Show that $\mathrm{span}(v_1,\dots,v_k) = \mathrm{span}(v_1,\dots,v_k,v)$ Show that $\mathrm{span}(v_1,\dots,v_k) = \mathrm{span}(v_1,\dots,v_k,v)$ if and only if $v$ is in $\mathrm{span}(v_1,\dots,v_k)$
I am thinking that if $v$ is in $\mathrm{span}(v_1,\dots,v_k$) it must be one of the elements and can be written $\mathrm{span}(v_1,\dots,v_k,v)$ but I'm not sure how to show this mathematically.
 A: Let $V = \text{span}(v_1,v_2,\ldots, v_k)$ and $W = \text{span}(v_1,v_2,\ldots, v_k, v)$.


*

*Suppose $V=W$, then $v\in V$, so that proves one direction trivially.

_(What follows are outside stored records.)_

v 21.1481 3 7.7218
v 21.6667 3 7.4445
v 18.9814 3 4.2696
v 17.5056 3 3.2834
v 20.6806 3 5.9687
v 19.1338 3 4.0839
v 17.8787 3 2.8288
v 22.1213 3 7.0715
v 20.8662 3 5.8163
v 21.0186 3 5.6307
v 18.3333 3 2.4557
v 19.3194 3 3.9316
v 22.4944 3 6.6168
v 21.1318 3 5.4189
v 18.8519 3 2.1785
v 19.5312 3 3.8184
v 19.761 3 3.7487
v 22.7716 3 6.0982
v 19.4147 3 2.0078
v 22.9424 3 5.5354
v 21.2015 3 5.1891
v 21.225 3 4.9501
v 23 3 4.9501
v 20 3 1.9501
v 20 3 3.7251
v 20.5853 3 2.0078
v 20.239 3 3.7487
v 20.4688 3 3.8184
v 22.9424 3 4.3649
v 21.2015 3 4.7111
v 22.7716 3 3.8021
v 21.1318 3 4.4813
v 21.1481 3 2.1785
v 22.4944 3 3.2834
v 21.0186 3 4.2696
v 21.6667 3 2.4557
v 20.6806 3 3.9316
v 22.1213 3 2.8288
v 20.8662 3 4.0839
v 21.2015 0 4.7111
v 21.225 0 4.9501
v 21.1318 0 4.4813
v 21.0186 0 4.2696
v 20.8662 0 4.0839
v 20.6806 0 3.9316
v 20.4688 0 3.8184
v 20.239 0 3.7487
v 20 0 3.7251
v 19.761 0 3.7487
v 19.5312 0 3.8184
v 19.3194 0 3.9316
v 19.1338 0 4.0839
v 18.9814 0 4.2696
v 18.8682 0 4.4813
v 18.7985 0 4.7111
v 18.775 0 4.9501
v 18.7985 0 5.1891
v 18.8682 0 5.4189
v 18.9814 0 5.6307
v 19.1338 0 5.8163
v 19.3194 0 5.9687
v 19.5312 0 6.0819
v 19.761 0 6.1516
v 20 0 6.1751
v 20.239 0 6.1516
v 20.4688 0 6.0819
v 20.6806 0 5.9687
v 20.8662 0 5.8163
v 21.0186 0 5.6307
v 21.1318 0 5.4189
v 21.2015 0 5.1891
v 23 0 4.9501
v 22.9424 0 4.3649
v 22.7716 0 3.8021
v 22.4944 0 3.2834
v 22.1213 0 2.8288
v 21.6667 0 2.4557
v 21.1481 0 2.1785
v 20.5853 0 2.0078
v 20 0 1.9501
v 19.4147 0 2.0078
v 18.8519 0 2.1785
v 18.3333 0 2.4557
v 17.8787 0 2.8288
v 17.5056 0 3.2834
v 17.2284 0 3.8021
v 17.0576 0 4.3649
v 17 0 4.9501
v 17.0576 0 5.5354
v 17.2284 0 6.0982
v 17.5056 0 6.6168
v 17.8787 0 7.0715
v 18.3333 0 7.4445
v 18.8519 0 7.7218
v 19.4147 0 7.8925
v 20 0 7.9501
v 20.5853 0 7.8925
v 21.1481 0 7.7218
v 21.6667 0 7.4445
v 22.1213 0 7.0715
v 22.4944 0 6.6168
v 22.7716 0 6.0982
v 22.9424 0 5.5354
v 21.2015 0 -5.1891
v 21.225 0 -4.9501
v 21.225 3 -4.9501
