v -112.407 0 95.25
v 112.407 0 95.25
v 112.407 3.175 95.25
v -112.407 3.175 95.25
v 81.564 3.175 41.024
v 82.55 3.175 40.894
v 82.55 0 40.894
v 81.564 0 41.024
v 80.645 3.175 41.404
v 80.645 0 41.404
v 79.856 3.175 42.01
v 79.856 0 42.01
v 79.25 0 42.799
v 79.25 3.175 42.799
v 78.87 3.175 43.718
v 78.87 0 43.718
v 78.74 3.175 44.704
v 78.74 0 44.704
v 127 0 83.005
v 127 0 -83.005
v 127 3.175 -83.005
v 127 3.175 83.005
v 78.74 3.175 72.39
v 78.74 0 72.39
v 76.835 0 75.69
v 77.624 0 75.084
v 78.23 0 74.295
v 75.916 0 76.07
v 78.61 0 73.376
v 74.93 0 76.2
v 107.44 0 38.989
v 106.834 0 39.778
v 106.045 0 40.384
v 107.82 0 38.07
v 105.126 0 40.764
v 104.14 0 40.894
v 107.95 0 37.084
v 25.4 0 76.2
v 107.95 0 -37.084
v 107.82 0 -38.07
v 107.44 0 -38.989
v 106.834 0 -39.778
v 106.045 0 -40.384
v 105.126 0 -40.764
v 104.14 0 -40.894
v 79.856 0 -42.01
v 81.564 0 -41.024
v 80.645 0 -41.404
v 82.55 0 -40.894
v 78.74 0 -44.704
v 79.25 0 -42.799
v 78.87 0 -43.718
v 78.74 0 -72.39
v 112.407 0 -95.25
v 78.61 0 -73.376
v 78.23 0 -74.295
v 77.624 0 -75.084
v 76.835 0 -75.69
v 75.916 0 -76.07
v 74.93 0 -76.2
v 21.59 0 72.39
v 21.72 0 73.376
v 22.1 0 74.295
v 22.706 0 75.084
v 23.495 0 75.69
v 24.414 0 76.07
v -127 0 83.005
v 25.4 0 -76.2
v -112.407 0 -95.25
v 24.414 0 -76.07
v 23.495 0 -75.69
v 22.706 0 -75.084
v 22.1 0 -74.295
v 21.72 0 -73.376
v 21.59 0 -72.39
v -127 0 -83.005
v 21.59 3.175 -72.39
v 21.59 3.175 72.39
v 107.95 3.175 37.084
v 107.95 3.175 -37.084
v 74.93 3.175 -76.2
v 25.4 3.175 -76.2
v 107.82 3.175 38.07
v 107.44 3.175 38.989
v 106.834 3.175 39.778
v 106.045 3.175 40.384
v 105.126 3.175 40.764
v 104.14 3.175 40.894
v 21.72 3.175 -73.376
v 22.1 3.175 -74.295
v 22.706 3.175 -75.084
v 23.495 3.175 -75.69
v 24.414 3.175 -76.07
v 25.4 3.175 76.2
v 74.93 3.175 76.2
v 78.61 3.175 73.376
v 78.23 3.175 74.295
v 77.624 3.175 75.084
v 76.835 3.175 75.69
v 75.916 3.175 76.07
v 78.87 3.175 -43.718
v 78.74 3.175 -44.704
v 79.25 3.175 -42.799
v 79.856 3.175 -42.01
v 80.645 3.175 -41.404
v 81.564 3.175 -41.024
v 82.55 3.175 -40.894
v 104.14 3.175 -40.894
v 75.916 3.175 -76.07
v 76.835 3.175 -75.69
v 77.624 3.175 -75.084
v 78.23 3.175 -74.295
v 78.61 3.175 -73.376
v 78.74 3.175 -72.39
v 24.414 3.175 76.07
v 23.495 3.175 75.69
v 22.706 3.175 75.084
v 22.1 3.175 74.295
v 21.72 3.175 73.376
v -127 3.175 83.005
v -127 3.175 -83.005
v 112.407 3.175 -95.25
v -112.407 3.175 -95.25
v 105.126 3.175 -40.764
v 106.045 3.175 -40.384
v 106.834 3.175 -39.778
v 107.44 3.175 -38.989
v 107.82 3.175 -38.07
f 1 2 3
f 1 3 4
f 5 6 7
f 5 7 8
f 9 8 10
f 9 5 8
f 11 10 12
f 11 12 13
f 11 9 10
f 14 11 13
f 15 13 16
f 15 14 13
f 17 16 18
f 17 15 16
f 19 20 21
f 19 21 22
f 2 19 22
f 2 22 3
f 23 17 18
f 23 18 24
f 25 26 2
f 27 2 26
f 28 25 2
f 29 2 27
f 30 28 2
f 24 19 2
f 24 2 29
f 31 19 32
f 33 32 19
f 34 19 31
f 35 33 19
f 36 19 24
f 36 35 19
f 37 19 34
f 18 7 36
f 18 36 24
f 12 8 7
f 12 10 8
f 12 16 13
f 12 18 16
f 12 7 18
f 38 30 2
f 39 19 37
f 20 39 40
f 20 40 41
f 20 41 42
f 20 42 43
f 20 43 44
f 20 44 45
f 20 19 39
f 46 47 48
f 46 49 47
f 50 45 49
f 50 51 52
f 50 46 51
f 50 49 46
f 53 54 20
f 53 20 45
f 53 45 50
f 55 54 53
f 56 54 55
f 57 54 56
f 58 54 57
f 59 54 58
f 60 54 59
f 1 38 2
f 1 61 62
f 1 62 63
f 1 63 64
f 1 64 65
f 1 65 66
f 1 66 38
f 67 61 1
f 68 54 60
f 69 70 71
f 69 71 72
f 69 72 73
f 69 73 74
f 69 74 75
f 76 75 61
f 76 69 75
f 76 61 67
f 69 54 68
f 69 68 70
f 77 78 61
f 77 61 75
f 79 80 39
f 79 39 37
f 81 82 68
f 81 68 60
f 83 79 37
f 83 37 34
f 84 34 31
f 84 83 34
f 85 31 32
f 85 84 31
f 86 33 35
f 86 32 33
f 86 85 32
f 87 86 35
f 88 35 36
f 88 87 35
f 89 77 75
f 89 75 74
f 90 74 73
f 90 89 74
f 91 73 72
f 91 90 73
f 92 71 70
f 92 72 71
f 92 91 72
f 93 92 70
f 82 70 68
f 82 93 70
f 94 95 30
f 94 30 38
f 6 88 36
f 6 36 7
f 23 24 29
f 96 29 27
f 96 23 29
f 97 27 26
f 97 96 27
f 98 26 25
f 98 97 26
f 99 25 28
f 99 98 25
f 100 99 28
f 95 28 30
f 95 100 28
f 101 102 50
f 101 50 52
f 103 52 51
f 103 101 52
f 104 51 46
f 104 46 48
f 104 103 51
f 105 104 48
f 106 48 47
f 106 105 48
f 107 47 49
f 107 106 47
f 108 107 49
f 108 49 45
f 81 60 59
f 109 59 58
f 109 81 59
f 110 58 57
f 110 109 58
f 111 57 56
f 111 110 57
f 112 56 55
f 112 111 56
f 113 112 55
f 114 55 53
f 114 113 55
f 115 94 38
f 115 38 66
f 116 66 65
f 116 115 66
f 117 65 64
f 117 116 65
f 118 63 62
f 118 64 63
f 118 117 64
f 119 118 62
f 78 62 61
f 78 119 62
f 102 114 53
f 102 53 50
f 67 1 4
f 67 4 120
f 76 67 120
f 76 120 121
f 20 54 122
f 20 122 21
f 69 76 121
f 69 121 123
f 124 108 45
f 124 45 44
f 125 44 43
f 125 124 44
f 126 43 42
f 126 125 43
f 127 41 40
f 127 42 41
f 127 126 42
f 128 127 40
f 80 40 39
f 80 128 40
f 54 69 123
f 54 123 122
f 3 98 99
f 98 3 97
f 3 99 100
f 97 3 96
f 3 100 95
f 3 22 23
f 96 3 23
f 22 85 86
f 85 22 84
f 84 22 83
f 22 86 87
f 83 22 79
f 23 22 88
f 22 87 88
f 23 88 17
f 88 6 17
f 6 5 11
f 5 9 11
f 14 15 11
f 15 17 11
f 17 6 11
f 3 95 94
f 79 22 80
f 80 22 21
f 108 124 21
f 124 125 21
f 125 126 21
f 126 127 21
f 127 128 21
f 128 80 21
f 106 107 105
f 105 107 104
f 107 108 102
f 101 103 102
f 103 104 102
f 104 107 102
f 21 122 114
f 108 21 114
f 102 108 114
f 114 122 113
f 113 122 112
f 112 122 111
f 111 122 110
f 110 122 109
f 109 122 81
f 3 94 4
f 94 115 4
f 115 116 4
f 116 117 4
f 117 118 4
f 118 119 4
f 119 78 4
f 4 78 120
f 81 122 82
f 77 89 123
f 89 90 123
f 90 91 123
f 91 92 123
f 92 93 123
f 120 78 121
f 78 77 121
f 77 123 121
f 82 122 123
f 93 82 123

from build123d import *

# Parameters (mm, degrees)
BOSS_EXTRUDE1_DEPTH = 3.175
CUT_EXTRUDE1_DEPTH  = 4.175


with BuildPart() as part:
    # Sketch1 → Boss-Extrude1 (new body)
    with BuildSketch(Plane(origin=(0, 0, 0), x_dir=(1, 0, 0), z_dir=(0, 1, 0))):
        Polygon((127, -83.004896035), (112.406853359, -95.25), (-112.406853359, -95.25), (-127, -83.004896035), (-127, 83.004896035), (-112.406853359, 95.25), (112.406853359, 95.25), (127, 83.004896035), align=None)
    extrude(amount=BOSS_EXTRUDE1_DEPTH)

    # Sketch2 → Cut-Extrude1 (cut, through all)
    with BuildSketch(Plane(origin=(0, 3.175, 0), x_dir=(1, 0, 0), z_dir=(0, 1, 0))):
        with BuildLine():
            Line((82.55, 40.894), (104.14, 40.894))
            ThreePointArc((104.14, 40.894), (106.834076836, 39.778076836), (107.95, 37.084))
            Line((107.95, 37.084), (107.95, -37.084))
            ThreePointArc((107.95, -37.084), (106.834076836, -39.778076836), (104.14, -40.894))
            Line((104.14, -40.894), (82.55, -40.894))
            ThreePointArc((82.55, -40.894), (79.855923164, -42.009923164), (78.74, -44.704))
            Line((78.74, -44.704), (78.74, -72.39))
            ThreePointArc((78.74, -72.39), (77.624076836, -75.084076836), (74.93, -76.2))
            Line((74.93, -76.2), (25.4, -76.2))
            ThreePointArc((25.4, -76.2), (22.705923164, -75.084076836), (21.59, -72.39))
            Line((21.59, -72.39), (21.59, 72.39))
            ThreePointArc((21.59, 72.39), (22.705923164, 75.084076836), (25.4, 76.2))
            Line((25.4, 76.2), (74.93, 76.2))
            ThreePointArc((74.93, 76.2), (77.624076836, 75.084076836), (78.74, 72.39))
            Line((78.74, 72.39), (78.74, 44.704))
            ThreePointArc((78.74, 44.704), (79.855923164, 42.009923164), (82.55, 40.894))
        make_face()
    extrude(amount=-CUT_EXTRUDE1_DEPTH, mode=Mode.SUBTRACT)


solid = part.part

*Suppose $v\in V$, then you want to prove that $W=V$. Since $V\subset W$, it suffices to show that $W\subset V$. Now, first choose $\alpha_1, \alpha_2,\ldots, \alpha_k \in F$ (the underlying field) so that
$$
v = \sum_{i=1}^k \alpha_iv_i \qquad (\dagger)
$$
Then if $w\in W$, $\exists \beta_1,\beta_2,\ldots, \beta_k, \beta_0$ such that
$$
w = \sum_{j=1}^k \beta_jv_j + \beta_0v
$$
Now replace $v$ in this expression by $(\dagger)$ to see that
$$
w = \sum_{j=1}^k (\beta_j + \beta_0\alpha_j) v_j
$$
Hence, $w\in V$. This is true for any $w\in W$, so $W\subset V$ as required.
A: Prove the implication two ways.
First prove the forward direction $\implies $:
Let $V=\text{span}(v_1, \ldots, v_k)$ and $W = \text{span}(v_1, \ldots, v_k, v)$ and assume $V=W$. We will prove that $v \in V$. This is trivial since $v \in W = V$ and thus $v \in V$.

Now we prove the backwards implication $\impliedby$:
Assume $v \in V$. We need to prove that $V = W$. To do this, we pick any arbitrary vector $w \in W$ and prove that it is in $V$ and we pick any arbitrary vector $x \in V$ and prove it is in $W$, essentially proving that $V \subseteq W$ and $W \subseteq V$.
Let $x$ be any vector in $V$. Then $x = a_1v_1 + a_2v_2 + \ldots + a_k v_k$ for some coefficients $a_i$. It is evident that $x \in W$ since we can write $x$ as a linear combination of $W$ as such: $x = a_1v_1 + a_2v_2 + \ldots + a_k v_k + 0v$. Thus $V \subseteq W$.
Now let $w$ be any vector in $W$. Then $w = b_1v_1 + b_2v_2 + \ldots + b_kv_k + bv$ and since $v \in V$, it can be written as a linear combination of $(v_1, \ldots, v_k)$ i.e. $ v = c_1v_1 + c_2v_2 + \ldots c_kv_k$ for some coefficients $c_i$. We can then substitute this into the linear combination of $w$:
$$
\begin{align}
w &= b_1v_1 + b_2v_2 + \ldots + b_kv_k + bv \\
  &= b_1v_1 + b_2v_2 + \ldots + b_kv_k + b(c_1v_1 + c_2v_2 + \ldots c_kv_k) \\
  &= (b_1 + bc_1)v_1 + (b_2 + bc_2)v_2 + \ldots + (b_k + bc_k)v_k 
\end{align}
$$
and thus $w$ can be written as a linear combination of $(v_1, \ldots, v_k)$ and so $w \in V$. Since our choice of $w$ was arbitrary, $W \subseteq V$. 
Since we proved that $V \subseteq W$ and $W \subseteq V$, it follows that $V=W$ as required. $\tag*{$\blacksquare$}$
Note: I would normally use summation notation but pedagogically i've found writing the combinations out explicitly can sometimes be easier to grasp initially for students.